Lighting solutions for Theatre, Film & Television Studios and Architectural spaces : ETC

I have single phase wiring. I have read the documentation and I'm totally baffled!
If someone can please explain how the heck to wire these stinking things.....
The ac part not the dmx.


----------



## Charc (Jun 28, 2008)

http://www.etcconnect.com/docs/docs_downloads/manuals/SmartPack_Phase_Convert_RevB.pdf


----------



## JD (Jun 28, 2008)

*If you are not familiar with three phase wiring, then you must get professional assistance. We can not give that type of advice on this board. * 

Basically, the components you have will work. I suspect you will not be wanting to rewire your dimmers for each job, but two distros can be built. Each of the packs would be wired for 2 phase legs as per the third diagram in charco's pdf. Your single phase distro would put all the L1's on L1 and all the L2's on L2. Your three phase distro would have each pack bridging two legs in rotation so that each main leg would end up with two dimmer legs on it. This is not something you want to do yourself as there are several considerations that must be adhered to. Although the hot-to-hot for single phase is 240v (US) and the hot-to-hot on three phase is 208v, it is only the hot to neutral that the dimmers will see, which is 120v in both cases. 

Be aware that there are two different versions of 3 phase power and one of them is not suitable for operating these dimmers. (oversimplified)


----------



## Anonymous067 (Jun 28, 2008)

Whooaaaa...slow down.

Now, I'm no dummy, I wired my own house for wiring, but even that PDF that was in the post above, didn't make sense to me (I'd already looked at it several times in the last few months).

And also to clarify, I'm using single phase.

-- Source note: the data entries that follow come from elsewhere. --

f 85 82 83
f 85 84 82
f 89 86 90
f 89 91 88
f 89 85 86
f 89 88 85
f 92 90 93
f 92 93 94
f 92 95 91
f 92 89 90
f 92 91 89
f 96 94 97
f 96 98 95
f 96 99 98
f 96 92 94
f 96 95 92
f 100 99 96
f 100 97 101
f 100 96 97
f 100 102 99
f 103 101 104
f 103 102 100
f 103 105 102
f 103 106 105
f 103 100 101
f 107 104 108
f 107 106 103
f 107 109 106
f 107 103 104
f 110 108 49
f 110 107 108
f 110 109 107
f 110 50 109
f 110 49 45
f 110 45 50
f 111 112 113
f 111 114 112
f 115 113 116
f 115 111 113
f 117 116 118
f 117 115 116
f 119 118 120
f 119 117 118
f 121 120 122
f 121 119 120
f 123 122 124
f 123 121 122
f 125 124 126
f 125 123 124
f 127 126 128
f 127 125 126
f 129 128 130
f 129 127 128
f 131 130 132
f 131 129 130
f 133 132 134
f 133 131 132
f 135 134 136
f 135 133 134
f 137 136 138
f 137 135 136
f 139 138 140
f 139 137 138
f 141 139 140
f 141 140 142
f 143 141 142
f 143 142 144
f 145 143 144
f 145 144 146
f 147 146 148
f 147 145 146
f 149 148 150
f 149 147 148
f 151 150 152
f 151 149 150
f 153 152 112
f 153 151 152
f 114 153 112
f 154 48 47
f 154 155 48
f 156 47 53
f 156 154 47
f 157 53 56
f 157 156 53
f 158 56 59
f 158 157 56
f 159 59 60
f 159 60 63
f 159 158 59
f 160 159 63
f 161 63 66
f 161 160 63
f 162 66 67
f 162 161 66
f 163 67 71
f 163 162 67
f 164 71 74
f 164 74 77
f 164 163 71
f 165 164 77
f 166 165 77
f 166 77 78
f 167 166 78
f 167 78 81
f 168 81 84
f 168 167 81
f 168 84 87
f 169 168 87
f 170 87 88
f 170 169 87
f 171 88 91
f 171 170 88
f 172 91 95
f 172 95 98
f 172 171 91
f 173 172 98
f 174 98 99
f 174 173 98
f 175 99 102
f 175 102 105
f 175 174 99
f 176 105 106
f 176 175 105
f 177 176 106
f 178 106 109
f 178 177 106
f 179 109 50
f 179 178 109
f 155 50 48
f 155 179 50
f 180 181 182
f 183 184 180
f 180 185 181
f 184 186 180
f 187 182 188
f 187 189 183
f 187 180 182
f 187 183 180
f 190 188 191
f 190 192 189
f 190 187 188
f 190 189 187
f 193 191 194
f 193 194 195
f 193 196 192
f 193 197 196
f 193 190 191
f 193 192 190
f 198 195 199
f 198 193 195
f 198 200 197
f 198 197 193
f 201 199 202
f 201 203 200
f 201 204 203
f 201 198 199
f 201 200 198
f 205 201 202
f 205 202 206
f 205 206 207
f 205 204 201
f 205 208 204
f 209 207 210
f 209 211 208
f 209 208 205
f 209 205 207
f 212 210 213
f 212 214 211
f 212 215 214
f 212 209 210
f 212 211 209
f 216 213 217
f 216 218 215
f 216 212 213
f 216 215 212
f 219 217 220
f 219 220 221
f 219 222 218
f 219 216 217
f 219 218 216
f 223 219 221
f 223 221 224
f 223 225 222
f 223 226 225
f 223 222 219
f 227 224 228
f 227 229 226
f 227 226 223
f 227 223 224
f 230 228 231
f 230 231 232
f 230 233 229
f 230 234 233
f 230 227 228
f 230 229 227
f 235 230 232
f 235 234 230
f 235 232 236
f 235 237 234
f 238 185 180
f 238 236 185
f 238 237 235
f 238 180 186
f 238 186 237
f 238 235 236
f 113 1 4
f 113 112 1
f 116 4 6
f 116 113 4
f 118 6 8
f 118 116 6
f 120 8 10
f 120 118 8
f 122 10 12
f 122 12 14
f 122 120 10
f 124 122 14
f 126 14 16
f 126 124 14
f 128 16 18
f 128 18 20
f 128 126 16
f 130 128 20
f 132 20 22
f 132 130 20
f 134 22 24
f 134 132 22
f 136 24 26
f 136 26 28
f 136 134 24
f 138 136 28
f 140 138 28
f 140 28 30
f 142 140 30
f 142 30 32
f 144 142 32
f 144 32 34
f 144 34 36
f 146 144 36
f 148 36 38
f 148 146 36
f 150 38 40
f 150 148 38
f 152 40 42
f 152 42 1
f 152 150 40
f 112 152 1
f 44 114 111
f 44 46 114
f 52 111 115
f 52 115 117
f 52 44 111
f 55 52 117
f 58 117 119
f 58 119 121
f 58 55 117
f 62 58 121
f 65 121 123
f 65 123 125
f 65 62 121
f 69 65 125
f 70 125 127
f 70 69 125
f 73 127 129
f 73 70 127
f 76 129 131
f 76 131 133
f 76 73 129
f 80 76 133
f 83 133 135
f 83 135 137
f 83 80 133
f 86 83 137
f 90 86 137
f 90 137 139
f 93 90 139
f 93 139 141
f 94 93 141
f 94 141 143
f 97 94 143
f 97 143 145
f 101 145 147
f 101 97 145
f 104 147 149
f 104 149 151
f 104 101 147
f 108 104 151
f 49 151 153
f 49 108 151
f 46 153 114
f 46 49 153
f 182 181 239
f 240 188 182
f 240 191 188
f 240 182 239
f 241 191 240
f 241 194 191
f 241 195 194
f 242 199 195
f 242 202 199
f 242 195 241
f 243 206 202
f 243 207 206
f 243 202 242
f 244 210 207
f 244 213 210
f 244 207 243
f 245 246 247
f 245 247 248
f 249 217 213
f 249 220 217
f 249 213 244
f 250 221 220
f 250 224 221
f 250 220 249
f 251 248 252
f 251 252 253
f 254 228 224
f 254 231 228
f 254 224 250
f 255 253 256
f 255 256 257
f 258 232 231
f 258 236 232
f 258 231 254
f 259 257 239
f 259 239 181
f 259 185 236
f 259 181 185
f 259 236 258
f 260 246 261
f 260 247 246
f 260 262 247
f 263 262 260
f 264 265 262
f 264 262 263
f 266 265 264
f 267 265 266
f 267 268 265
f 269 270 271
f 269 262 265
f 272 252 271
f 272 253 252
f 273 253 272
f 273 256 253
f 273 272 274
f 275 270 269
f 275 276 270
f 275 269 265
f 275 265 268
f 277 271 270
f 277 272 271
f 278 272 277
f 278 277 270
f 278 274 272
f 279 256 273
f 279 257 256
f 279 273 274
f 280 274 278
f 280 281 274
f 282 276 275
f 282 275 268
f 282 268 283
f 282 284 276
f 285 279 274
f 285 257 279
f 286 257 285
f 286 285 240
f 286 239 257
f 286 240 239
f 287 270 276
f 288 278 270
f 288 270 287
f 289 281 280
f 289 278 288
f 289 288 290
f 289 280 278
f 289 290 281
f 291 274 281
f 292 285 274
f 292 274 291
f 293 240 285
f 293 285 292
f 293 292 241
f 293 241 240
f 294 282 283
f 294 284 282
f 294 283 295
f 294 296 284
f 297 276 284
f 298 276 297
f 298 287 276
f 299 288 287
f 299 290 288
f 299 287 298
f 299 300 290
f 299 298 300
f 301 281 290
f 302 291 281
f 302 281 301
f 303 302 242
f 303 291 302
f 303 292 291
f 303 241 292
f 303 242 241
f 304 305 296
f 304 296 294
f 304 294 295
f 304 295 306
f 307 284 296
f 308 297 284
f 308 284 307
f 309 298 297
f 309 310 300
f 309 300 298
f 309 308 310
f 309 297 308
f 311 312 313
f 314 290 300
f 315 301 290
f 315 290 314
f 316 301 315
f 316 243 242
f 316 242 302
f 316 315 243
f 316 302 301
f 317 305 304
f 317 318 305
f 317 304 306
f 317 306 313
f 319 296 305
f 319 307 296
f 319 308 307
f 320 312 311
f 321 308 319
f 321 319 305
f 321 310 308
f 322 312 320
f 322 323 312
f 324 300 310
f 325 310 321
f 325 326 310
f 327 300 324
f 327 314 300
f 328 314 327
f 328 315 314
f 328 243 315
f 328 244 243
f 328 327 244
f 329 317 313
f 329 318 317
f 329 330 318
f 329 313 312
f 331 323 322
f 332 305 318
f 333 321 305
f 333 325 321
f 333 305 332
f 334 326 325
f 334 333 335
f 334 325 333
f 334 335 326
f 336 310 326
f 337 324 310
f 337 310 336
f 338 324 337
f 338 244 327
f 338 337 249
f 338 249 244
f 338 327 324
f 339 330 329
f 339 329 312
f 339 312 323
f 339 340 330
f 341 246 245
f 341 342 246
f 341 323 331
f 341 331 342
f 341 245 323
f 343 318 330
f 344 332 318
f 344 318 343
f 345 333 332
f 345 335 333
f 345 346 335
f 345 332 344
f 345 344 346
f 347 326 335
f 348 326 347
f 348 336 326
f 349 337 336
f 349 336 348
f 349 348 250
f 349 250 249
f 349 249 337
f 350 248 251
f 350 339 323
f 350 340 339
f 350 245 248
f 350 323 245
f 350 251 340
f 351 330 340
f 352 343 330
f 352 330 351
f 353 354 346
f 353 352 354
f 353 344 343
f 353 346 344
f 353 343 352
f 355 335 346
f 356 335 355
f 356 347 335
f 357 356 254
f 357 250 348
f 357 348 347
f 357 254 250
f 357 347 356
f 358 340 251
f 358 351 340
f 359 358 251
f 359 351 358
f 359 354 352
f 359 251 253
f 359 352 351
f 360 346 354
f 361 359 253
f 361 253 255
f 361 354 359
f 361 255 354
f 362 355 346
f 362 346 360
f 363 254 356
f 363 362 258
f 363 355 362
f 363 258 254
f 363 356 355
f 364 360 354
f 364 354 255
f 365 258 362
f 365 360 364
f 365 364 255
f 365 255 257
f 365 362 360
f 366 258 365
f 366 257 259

Basically, I have a diagram of the terminals inside the dimmer, and I need to know what size circuit to run, and which wires to connect where.

I'm guessing somewhere in the range of 20-30 amp 240 volt circuits?

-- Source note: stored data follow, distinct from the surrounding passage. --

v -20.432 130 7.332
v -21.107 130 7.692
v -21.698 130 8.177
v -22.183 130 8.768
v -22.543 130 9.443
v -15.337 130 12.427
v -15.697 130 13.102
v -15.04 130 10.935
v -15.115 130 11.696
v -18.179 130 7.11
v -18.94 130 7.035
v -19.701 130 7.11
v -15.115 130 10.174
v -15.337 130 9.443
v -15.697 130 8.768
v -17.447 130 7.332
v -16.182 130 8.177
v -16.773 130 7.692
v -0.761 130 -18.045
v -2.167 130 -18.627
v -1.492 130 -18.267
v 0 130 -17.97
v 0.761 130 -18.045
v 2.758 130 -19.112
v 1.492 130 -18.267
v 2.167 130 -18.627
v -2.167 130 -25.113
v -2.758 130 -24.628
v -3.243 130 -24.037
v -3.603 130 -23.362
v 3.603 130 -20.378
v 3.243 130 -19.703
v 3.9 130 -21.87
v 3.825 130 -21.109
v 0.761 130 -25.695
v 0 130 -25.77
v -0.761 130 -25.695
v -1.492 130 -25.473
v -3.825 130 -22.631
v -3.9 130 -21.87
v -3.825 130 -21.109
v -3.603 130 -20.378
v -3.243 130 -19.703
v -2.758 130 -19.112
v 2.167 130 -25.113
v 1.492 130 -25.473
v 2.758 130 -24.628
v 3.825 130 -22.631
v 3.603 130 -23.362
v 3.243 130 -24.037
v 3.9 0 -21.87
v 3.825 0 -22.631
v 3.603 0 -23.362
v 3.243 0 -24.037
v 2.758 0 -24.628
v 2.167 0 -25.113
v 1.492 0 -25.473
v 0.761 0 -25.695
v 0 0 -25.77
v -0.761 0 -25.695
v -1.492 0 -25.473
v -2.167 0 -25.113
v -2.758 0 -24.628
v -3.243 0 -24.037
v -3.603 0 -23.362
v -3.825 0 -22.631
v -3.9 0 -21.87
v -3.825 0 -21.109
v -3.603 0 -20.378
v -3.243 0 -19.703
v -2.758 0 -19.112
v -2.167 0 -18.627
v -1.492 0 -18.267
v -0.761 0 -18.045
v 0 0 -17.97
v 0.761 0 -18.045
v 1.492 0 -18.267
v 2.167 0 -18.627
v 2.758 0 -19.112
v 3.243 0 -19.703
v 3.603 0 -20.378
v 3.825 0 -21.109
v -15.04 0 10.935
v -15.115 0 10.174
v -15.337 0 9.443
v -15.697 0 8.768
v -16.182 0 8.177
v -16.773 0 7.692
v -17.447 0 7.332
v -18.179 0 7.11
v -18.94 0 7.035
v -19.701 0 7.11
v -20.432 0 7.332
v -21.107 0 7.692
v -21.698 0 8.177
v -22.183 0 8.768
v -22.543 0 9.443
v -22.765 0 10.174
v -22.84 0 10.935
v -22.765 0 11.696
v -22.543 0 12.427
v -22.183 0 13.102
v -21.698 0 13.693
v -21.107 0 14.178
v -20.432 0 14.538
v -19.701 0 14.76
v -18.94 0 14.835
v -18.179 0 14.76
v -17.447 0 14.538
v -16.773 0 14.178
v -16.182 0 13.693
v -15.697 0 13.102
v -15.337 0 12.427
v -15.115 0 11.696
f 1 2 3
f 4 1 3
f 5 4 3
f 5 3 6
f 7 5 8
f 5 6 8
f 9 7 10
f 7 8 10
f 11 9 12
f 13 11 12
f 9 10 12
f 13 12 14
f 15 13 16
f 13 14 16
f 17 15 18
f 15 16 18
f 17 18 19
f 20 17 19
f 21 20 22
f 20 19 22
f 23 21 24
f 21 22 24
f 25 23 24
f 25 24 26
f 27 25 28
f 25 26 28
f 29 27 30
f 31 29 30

Sorry, but I'm still majorly confused.


----------



## Anonymous067 (Jun 28, 2008)

Okay....I'm officially an idiot. I'll admit it.
I just looked at the PDF again...and somehow it somewhat makes sense, still don't totally understand it, but I do somewhat.

So, correct me if I'm wrong, but what I'd have to do is take the 1B and 2B (factory wiring, no?) on the circuit breaker side, and move to appropriate terminals, and L1 would have the first leg of the 240 and the L3 would have the other leg of the 240 circuit?

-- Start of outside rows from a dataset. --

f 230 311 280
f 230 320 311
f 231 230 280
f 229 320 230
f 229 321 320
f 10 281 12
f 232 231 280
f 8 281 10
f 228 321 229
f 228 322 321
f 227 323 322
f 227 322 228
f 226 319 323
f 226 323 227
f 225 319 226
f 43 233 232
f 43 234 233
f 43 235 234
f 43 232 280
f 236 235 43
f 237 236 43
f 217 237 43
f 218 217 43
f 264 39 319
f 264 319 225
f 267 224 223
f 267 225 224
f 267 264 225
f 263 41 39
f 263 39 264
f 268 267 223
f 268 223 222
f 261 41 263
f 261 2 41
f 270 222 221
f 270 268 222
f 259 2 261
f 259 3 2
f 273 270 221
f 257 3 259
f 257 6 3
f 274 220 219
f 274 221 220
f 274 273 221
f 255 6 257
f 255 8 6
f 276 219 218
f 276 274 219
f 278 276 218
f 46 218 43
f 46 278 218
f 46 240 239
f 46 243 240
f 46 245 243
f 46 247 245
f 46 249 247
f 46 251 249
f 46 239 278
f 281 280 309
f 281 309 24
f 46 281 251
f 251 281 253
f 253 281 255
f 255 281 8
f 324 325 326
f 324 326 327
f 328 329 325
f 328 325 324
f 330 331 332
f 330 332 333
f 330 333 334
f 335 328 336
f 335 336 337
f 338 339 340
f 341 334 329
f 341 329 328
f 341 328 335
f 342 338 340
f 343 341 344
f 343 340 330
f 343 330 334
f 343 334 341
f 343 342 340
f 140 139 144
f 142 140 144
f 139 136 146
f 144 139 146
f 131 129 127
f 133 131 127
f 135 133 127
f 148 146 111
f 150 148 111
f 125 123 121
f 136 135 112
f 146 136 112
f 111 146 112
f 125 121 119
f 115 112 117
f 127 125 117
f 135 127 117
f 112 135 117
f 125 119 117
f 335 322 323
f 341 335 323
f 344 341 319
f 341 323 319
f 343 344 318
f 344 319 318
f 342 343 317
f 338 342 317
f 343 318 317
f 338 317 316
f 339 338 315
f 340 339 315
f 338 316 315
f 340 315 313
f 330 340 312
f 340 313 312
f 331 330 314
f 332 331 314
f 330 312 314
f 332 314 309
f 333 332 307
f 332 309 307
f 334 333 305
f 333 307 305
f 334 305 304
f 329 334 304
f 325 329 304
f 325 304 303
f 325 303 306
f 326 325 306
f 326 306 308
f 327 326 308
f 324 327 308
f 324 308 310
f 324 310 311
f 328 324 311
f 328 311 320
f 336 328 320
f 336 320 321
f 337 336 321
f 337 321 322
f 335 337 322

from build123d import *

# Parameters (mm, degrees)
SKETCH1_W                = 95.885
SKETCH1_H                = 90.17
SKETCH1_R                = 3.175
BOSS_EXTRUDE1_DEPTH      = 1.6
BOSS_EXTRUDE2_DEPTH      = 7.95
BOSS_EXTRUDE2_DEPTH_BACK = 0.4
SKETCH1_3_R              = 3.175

I can't believe I didn't catch this earlier, either that or I'm really really off.


----------



## derekleffew (Jun 28, 2008)

As JD stated, when in doubt, consult a qualified professional; or call ETC Service, 24/7/365, toll-free at 1-800-688-4116.

For an *SL620x (6 x 20A dimmers)*:
For three phase service, 120/208VAC, 3Ø, Wye-connected, 4-wire plus ground, 40A/Leg: dimmers 1&2 are on ØA, 3&4 are on ØB, and 5&6 are on ØC.

For single phase operation, 120/240VAC 1Ø 3-wire plus ground, 60A/Leg: dimmers 1,2,3 are on one hot leg, and 4,5,6 are on the other hot leg.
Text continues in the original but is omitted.